Guys, could you please recommend a tool for spotting a memory corruption on a production multithreaded server built with c++ and working under linux x86_64? I'm currently facing the following problem : every several hours my server crashes with a segfault and the core dump shows that error happens in malloc/calloc which is definitely a sign of memory being corrupted somewhere.
Actually I have already tried some tools without much luck. Here is my experience so far:
Valgrind is a great(I'd even say best) tool but it slows down the server too much making it unusable in production. I tried it on a stage server and it really helped me find some memory related issues but even after fixing them I still get crashes on the production server. I ran my stage server under Valgrind for several hours but still couldn't spot any serious errors.
ElectricFence is said to be a real memory hog but I couldn't even get it working properly. It segfaults almost immediately on the stage server in random weird places where Valgrind didn't show any issues at all. Maybe ElectricFence doesn't support threading well?.. I have no idea.
DUMA - same story as ElectricFence but even worse. While EF produced core dumps with readable backtraces DUMA shows me only "?????"(and yes server is built with -g flag for sure)
dmalloc - I configured the server to use it instead of standard malloc routines however it hangs after several minutes. Attaching a gdb to the process reveals it's hung somewhere in dmalloc :(
I'm gradually getting crazy and simply don't know what to do next. I have the following tools to be tried: mtrace, mpatrol but maybe someone has a better idea?
I'd greatly appreciate any help on this issue.
Update: I managed to find the source of the bug. However I found it on the stage server not production one using helgrind/DRD/tsan - there was a datarace between several threads which resulted in memory corruption. The key was to use proper valgrind suppressions since these tools showed too many false positives. Still I don't really know how this can be discovered on the production server without any significant slowdowns...
Yes, C/C++ memory corruption problems are tough.
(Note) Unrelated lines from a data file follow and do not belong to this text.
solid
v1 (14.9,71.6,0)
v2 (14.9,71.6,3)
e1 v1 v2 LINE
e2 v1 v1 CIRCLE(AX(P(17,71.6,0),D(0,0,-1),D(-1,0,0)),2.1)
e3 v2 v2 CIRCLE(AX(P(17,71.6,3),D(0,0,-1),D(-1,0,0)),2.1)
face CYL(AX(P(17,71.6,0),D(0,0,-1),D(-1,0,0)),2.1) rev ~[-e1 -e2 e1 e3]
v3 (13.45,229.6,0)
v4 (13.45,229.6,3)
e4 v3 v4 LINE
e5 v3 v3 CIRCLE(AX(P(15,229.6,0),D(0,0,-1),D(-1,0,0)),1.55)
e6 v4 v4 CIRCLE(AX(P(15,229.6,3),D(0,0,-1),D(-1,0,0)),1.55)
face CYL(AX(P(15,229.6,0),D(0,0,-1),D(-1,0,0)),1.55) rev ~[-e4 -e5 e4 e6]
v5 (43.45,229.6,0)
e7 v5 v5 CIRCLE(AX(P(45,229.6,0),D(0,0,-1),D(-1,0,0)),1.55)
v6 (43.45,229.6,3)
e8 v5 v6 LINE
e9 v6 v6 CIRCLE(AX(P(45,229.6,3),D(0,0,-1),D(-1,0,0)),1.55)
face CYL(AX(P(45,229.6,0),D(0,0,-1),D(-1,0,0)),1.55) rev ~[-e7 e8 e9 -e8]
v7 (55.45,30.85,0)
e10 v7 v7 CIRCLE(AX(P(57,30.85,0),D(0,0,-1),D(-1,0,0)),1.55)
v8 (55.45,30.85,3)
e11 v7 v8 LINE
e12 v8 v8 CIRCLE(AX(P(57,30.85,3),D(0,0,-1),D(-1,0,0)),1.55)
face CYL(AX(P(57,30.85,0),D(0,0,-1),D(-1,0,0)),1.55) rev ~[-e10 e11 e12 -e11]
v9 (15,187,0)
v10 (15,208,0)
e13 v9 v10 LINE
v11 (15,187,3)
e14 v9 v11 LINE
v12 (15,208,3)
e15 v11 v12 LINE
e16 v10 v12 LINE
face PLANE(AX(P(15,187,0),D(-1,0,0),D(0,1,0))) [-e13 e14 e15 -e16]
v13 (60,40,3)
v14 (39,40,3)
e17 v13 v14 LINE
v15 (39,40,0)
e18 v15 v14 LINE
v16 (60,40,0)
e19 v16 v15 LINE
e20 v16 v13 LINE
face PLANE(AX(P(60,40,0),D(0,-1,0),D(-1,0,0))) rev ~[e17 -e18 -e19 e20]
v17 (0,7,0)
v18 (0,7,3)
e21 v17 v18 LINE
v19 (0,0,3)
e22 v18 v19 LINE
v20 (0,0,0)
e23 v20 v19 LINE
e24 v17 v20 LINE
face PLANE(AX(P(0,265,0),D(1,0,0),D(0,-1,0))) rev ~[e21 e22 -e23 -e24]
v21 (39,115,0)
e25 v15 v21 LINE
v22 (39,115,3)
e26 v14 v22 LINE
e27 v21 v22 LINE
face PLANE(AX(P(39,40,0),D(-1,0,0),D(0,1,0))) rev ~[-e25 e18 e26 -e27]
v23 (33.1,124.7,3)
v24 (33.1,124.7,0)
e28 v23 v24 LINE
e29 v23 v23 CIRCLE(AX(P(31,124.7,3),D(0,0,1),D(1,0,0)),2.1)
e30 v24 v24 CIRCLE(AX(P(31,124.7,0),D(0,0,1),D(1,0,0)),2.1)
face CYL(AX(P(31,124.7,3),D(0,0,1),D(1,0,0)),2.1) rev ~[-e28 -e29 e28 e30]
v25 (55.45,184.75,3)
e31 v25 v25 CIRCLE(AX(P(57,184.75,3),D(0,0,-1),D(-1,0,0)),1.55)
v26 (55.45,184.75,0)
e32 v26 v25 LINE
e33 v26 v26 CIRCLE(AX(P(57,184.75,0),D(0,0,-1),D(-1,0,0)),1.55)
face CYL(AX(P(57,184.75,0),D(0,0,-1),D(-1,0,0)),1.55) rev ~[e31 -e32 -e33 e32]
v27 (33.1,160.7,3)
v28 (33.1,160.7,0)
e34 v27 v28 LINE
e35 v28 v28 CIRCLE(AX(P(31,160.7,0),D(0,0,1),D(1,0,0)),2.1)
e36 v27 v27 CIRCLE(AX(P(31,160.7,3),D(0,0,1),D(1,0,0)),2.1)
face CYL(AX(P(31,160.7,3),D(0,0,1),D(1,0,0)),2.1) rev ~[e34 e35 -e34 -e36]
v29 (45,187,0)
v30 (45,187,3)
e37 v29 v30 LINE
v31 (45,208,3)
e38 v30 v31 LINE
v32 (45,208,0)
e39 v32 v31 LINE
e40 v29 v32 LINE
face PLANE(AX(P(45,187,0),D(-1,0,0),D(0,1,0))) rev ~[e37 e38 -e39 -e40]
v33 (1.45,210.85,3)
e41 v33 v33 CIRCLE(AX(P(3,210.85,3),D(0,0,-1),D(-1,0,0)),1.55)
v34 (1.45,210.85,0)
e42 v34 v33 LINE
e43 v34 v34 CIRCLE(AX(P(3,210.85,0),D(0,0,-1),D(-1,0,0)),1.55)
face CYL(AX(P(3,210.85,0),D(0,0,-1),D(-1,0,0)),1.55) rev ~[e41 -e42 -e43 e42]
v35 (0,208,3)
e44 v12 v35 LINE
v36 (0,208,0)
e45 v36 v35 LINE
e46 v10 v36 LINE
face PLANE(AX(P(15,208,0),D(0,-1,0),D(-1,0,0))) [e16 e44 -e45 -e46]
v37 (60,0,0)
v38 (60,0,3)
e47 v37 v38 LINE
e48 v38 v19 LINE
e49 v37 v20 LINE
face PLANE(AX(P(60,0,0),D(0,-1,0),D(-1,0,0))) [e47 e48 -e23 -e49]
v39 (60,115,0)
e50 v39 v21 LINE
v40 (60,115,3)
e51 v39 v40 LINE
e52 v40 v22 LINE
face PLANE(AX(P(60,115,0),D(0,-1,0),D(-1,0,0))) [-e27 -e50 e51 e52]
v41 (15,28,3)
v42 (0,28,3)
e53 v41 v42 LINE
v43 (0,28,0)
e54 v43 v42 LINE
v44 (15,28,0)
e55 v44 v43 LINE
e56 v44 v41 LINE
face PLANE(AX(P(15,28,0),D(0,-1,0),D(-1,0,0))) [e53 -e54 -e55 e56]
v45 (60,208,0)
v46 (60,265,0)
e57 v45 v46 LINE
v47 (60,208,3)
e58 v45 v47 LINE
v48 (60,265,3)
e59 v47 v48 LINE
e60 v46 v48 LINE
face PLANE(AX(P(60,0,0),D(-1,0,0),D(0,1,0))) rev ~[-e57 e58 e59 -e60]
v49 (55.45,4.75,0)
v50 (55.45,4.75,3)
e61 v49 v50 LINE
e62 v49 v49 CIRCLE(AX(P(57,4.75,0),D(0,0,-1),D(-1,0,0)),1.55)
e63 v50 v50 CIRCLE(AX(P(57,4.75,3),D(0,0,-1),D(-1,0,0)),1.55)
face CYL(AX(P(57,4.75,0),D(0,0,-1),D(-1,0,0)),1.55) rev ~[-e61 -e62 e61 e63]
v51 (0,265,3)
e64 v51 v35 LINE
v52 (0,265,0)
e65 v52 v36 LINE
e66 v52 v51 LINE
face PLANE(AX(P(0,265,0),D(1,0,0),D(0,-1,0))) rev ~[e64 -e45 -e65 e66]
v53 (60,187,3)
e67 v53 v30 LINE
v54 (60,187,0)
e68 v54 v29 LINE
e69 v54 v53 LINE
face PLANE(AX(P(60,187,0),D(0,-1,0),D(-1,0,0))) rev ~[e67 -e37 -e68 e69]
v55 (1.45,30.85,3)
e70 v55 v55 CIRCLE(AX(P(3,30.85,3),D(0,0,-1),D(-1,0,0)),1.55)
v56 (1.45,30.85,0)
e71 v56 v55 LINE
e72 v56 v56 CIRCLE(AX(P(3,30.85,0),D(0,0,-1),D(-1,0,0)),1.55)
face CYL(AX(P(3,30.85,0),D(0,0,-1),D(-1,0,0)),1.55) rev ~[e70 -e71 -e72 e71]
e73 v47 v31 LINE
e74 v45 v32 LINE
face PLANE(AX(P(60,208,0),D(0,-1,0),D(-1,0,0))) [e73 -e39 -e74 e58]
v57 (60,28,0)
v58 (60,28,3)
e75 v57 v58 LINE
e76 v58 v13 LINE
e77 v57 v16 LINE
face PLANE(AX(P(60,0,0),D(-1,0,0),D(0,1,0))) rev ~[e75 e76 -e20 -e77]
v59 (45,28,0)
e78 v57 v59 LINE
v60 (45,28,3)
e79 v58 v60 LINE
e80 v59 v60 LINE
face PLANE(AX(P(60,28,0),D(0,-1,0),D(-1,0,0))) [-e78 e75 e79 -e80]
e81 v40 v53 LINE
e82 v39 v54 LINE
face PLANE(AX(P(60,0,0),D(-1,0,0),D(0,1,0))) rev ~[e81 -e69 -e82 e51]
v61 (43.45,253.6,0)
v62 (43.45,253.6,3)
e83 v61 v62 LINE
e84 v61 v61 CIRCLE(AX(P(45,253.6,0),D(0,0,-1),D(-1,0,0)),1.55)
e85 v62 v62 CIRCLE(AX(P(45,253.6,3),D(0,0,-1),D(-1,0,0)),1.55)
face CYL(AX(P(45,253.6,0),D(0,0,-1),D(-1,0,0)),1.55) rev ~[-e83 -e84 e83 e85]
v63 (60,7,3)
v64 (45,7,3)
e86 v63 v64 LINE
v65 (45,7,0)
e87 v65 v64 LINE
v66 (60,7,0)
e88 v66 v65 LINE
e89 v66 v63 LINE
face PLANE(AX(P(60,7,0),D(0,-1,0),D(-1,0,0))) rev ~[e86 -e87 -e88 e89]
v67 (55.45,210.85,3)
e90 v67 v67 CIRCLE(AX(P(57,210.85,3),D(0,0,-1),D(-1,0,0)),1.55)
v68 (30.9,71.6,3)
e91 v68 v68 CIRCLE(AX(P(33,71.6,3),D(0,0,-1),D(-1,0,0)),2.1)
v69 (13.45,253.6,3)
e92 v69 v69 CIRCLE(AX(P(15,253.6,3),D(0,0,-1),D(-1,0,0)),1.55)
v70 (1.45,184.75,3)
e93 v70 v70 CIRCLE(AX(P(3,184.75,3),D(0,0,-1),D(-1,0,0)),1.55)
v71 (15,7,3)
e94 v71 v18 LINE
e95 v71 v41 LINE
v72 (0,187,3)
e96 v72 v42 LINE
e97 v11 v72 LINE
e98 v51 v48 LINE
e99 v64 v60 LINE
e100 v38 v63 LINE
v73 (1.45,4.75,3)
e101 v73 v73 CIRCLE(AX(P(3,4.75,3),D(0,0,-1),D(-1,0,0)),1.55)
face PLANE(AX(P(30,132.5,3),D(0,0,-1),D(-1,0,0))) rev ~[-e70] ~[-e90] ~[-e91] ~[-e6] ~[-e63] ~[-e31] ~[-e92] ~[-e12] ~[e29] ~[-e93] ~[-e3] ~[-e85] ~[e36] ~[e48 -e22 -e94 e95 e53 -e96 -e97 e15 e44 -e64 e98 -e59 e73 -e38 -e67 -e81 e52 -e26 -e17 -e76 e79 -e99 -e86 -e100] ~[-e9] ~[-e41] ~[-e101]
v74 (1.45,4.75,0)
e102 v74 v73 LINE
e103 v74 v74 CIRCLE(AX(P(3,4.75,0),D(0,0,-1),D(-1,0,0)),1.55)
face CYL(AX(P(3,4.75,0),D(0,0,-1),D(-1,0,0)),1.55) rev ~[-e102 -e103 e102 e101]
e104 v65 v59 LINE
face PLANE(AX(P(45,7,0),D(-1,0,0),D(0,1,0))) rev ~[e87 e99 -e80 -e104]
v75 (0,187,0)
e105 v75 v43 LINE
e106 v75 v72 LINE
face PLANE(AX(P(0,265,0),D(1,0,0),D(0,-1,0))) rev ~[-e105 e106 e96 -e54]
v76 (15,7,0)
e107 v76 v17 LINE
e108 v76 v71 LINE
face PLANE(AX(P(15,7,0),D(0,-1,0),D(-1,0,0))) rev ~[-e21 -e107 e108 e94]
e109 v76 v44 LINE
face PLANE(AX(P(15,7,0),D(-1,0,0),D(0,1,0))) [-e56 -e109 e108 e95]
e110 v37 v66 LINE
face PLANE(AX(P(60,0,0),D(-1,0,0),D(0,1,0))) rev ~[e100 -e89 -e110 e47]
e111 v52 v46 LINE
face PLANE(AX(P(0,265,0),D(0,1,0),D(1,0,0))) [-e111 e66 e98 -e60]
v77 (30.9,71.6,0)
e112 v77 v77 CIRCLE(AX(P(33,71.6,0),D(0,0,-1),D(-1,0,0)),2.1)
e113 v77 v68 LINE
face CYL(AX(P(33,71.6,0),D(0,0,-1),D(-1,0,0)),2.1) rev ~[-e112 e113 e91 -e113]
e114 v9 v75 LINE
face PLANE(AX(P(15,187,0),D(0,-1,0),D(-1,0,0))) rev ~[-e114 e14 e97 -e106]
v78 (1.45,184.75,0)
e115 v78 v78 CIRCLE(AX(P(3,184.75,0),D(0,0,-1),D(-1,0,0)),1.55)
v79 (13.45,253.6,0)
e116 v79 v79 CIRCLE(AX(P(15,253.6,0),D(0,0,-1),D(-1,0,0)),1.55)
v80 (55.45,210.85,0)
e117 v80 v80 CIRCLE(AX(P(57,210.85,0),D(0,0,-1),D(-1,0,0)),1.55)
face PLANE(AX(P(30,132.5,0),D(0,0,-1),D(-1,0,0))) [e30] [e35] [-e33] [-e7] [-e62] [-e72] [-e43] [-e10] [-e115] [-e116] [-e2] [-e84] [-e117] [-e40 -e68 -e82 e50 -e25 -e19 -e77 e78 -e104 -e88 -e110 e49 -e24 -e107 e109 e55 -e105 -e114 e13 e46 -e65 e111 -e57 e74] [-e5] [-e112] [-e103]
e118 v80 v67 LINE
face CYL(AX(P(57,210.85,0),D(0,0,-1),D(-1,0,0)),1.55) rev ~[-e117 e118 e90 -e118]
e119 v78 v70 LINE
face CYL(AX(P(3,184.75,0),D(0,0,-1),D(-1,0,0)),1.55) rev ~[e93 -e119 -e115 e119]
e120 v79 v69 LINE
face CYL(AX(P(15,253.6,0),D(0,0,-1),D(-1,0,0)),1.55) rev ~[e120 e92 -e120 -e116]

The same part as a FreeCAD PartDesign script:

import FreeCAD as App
import Part
import Sketcher


def add_polygon(sketch, points):
    """Adds a closed chain of lines whose ends are joined by coincident constraints."""
    first, n = sketch.GeometryCount, len(points)
    for a, b in zip(points, points[1:] + points[:1]):
        sketch.addGeometry(Part.LineSegment(App.Vector(*a, 0), App.Vector(*b, 0)), False)
    for i in range(n):
        sketch.addConstraint(Sketcher.Constraint("Coincident", first + i, 2, first + (i + 1) % n, 1))

doc = App.newDocument("Part")
params = doc.addObject("Spreadsheet::Sheet", "Params")
for row, (alias, value) in enumerate([
    ("sketch1_width", "60 mm"),
    ("sketch1_height", "265 mm"),
    ("pad1_length", "3 mm"),
    ("sketch2_width", "15 mm"),
    ("sketch2_height", "21 mm"),
    ("pocket1_length", "3 mm"),
    ("sketch3_diameter", "3.1 mm"),
    ("sketch4_width", "21 mm"),
    ("sketch4_height", "75 mm"),
    ("sketch5_diameter", "4.2 mm"),
    ("sketch6_diameter", "4.2 mm"),
], start=1):
    params.set(f"A{row}", alias)
    params.set(f"B{row}", "=" + value)
    params.setAlias(f"B{row}", alias)

body = doc.addObject("PartDesign::Body", "Body")

sketch1 = body.newObject("Sketcher::SketchObject", "Sketch")
sketch1.AttachmentSupport = (doc.getObject("XY_Plane"), [""])
sketch1.MapMode = "FlatFace"
add_polygon(sketch1, [(0, 265), (0, 0), (60, 0), (60, 265)])
sketch1.addConstraint(Sketcher.Constraint("Vertical", 0))
sketch1.addConstraint(Sketcher.Constraint("Horizontal", 1))
sketch1.addConstraint(Sketcher.Constraint("Vertical", 2))
sketch1.addConstraint(Sketcher.Constraint("Horizontal", 3))
sketch1.addConstraint(Sketcher.Constraint("Coincident", 0, 2, -1, 1))
sketch1.addConstraint(Sketcher.Constraint("DistanceX", 1, 1, 1, 2, 60.0))
sketch1.addConstraint(Sketcher.Constraint("DistanceY", 0, 2, 0, 1, 265.0))
sketch1.setExpression("Constraints[9]", "Params.sketch1_width")
sketch1.setExpression("Constraints[10]", "Params.sketch1_height")
pad1 = body.newObject("PartDesign::Pad", "Pad")
pad1.Profile = sketch1
pad1.setExpression("Length", "Params.pad1_length")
I also used several times valgrind, sometimes it revealed the problem and sometimes not.
While examining valgrind output don't tend to ignore its result too fast. Sometimes after a considerable time spent, you'll see that valgrind gave you the clue on the first place, but you ignored it.
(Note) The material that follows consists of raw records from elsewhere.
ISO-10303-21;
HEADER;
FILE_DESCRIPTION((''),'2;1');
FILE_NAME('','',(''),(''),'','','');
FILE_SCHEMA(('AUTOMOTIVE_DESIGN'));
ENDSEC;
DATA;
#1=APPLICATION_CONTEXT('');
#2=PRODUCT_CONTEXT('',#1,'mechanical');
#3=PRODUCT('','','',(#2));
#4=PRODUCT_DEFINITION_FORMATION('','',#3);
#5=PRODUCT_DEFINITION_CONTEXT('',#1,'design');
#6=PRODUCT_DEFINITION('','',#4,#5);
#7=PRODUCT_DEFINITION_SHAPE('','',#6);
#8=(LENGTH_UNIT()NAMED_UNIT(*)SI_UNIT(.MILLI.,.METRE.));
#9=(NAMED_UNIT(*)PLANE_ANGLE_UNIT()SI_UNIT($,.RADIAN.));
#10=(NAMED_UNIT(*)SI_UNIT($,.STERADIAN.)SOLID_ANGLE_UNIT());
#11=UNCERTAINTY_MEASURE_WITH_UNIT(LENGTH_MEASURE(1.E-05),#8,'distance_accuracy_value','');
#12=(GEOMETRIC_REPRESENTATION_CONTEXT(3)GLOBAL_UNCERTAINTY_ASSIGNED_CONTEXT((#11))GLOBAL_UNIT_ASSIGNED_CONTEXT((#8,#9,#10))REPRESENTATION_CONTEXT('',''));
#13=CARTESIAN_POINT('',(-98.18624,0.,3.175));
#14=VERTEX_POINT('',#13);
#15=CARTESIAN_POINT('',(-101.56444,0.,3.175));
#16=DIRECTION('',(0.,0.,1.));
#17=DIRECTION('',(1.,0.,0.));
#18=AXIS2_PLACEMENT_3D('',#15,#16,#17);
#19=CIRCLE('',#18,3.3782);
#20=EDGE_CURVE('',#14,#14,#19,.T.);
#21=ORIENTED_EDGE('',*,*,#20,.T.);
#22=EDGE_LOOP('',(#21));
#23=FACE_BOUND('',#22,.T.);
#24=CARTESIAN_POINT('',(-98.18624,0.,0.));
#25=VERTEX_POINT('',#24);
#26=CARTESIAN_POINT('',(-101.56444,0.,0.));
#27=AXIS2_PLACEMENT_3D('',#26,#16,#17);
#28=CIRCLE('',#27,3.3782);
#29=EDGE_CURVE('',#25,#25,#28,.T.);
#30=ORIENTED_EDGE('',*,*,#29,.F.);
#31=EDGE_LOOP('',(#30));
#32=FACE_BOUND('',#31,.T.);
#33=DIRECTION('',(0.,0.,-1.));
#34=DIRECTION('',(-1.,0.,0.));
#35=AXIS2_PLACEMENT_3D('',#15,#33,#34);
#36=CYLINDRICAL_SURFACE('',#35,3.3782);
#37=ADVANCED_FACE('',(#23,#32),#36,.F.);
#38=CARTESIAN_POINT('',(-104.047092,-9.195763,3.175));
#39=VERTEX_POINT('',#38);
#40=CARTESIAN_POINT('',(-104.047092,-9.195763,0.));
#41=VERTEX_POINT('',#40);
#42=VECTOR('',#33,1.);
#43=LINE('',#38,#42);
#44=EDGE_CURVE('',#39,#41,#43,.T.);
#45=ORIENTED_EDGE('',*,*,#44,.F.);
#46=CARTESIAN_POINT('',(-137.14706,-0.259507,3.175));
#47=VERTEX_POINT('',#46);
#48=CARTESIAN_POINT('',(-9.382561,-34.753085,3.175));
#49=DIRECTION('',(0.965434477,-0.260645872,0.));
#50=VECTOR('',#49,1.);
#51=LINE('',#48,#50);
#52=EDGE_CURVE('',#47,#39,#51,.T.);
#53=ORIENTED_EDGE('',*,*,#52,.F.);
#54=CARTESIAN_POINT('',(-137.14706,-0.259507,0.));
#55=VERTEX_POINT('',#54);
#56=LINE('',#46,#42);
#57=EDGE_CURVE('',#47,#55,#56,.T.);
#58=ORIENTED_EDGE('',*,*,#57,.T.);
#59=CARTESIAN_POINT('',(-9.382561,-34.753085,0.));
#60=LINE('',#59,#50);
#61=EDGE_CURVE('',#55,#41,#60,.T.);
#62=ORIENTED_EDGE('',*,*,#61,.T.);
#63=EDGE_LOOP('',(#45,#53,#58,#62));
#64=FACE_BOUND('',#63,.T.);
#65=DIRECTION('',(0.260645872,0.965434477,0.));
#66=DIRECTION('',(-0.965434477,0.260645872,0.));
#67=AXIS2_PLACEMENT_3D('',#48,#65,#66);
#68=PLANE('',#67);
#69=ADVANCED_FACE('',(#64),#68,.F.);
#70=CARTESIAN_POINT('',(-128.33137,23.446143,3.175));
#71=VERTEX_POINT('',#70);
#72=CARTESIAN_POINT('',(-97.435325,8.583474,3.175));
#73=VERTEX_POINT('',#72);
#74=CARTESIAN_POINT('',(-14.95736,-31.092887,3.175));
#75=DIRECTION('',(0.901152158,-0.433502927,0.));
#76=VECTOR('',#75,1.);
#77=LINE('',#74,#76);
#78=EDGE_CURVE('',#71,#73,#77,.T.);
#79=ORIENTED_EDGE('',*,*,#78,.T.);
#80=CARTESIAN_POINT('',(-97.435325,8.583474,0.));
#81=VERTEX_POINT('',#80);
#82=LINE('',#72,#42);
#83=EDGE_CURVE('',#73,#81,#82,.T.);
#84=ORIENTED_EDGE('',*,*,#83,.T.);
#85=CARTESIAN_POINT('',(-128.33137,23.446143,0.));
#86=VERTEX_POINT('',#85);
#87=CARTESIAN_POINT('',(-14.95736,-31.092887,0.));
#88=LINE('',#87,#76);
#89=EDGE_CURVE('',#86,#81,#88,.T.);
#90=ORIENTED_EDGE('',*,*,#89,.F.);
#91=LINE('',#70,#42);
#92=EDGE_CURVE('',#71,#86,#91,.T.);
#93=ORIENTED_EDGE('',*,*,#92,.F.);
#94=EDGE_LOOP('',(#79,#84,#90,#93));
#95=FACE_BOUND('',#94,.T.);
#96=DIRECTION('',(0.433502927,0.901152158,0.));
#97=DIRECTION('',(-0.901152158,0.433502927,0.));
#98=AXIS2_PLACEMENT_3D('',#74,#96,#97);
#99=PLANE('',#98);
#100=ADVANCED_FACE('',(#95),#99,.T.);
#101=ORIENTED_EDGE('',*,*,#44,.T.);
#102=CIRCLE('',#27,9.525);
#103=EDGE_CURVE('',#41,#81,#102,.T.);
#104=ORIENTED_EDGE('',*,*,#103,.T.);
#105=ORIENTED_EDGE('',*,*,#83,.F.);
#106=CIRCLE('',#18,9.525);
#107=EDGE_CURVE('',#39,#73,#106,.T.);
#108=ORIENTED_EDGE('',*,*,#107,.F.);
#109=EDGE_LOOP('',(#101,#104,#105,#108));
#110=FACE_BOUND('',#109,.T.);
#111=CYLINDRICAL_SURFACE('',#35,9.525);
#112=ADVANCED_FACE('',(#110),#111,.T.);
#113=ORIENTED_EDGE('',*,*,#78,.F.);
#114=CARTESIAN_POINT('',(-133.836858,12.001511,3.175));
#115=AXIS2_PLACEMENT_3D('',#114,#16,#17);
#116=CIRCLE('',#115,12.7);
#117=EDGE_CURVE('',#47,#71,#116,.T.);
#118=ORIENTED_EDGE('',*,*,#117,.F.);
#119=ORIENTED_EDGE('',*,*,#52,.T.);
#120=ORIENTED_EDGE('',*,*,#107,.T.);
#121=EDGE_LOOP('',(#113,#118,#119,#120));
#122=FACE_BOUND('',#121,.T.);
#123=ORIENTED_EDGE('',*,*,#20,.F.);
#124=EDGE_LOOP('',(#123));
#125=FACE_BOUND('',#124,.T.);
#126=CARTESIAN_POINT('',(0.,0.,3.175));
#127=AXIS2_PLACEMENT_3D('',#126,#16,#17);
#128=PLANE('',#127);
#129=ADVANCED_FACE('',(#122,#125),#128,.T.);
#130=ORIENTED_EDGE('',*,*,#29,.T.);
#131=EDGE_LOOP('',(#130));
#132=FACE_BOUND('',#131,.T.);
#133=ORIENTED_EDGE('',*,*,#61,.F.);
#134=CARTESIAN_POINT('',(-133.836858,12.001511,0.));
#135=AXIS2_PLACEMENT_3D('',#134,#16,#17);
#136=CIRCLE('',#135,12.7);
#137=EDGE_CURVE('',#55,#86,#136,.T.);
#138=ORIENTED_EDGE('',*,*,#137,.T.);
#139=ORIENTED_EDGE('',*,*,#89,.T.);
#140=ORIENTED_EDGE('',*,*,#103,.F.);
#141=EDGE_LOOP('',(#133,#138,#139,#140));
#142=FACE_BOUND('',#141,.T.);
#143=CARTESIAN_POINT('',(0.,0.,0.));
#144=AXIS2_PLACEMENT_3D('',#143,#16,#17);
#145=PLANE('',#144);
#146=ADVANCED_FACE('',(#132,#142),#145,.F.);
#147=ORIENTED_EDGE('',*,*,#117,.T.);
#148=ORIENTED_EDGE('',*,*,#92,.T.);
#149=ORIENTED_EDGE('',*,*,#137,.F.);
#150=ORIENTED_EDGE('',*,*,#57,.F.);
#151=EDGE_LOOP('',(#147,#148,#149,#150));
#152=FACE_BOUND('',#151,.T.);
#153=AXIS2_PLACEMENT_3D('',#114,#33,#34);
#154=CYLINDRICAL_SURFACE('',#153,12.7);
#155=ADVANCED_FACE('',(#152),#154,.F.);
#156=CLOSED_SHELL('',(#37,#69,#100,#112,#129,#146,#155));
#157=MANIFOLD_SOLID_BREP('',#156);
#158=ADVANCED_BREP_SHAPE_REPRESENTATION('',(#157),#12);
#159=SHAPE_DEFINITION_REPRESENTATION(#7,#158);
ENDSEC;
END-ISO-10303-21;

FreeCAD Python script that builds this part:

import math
import FreeCAD as App
import Part
import Sketcher

V = App.Vector
Q = App.Units.Quantity

doc = App.newDocument("Part")
body = doc.addObject("PartDesign::Body", "Body")

# Sketch on XY plane
sketch1 = body.newObject("Sketcher::SketchObject", "Sketch")
sketch1.AttachmentSupport = (doc.getObject("XY_Plane"), [""])
sketch1.MapMode = "FlatFace"
sketch1.addGeometry([
    Part.ArcOfCircle(Part.Circle(V(-101.6, 0, 0), V(0, 0, 1), 9.5), math.radians(-105), math.radians(64)),  # 0
    Part.LineSegment(V(-97.4, 8.6, 0), V(-128.3, 23.4, 0)),  # 1
    Part.ArcOfCircle(Part.Circle(V(-133.8, 12, 0), V(0, 0, 1), 12.7), math.radians(-105), math.radians(64)),  # 2
    Part.LineSegment(V(-137.1, -0.3, 0), V(-104, -9.2, 0)),  # 3
    Part.Circle(V(-101.6, 0, 0), V(0, 0, 1), 3.4),  # 4
], False)
sketch1.addConstraint([
    Sketcher.Constraint("Tangent", 0, 2, 1, 1),
    Sketcher.Constraint("Tangent", 1, 2, 2, 2),
    Sketcher.Constraint("Tangent", 2, 1, 3, 1),
    Sketcher.Constraint("Tangent", 3, 2, 0, 1),
    Sketcher.Constraint("Coincident", 4, 3, 0, 3),
    Sketcher.Constraint("PointOnObject", 0, 3, -1),
    Sketcher.Constraint("Radius", 2, Q("0.5 in")),
    Sketcher.Constraint("Diameter", 4, Q("0.266 in")),
    Sketcher.Constraint("Radius", 0, Q("0.375 in")),
    Sketcher.Constraint("DistanceX", 0, 3, -1, 1, Q("3.9986 in")),
    Sketcher.Constraint("Distance", 1, Q("34.285049 mm")),
    Sketcher.Constraint("DistanceY", -1, 1, 2, 3, Q("12.001511 mm")),
])
pad1 = body.newObject("PartDesign::Pad", "Pad")
pad1.Profile = sketch1
pad1.Length = Q("0.125 in")

doc.recompute()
Another advise is to compare the code changes from previously known stable release. It's not a problem if you use some sort of source versioning system (e.g. svn). Examine all memory related functions (e.g. memcpy, memset, sprintf, new, delete/delete[]).
Compile your program with gcc 4.1 and the -fstack-protector-all switch. If the memory corruption is caused by stack smashing this should be able to detect it. You might need to play with some of the additional parameters of SSP.
Folks, I managed to find the source of the bug. However I found it on the stage server using helgrind/DRD/tsan - there was a datarace between several threads which resulted in memory corruption. The key was to use proper valgrind suppressions since these tools showed too many false positives. Still I don't really know how this can be discovered on the production server without any significant slowdowns...
Have you tried -fmudflap? (scroll up a few lines to see the options available).
you can try IBM purify, but i am afraid that is not opensource..
The Google Perftools --- which is Open Source --- may be of help, see the heap checker documentation.
Try this one:
http://www.hexco.de/rmdebug/
I used it extensively, its has a low impact in performance(it mostly impacts amount of ram) but the allocation algorithm is the same. Its always proven enough to find any allocation bugs. Your program will crash as soon as the bug occurs, and it will have a detailed log.
I'm not sure if it would have caught your particular bug, but the MALLOC_CHECK_ environment variable (malloc man page) turns on additional checking in the default Linux malloc implementation, and typically doesn't have a significant runtime cost.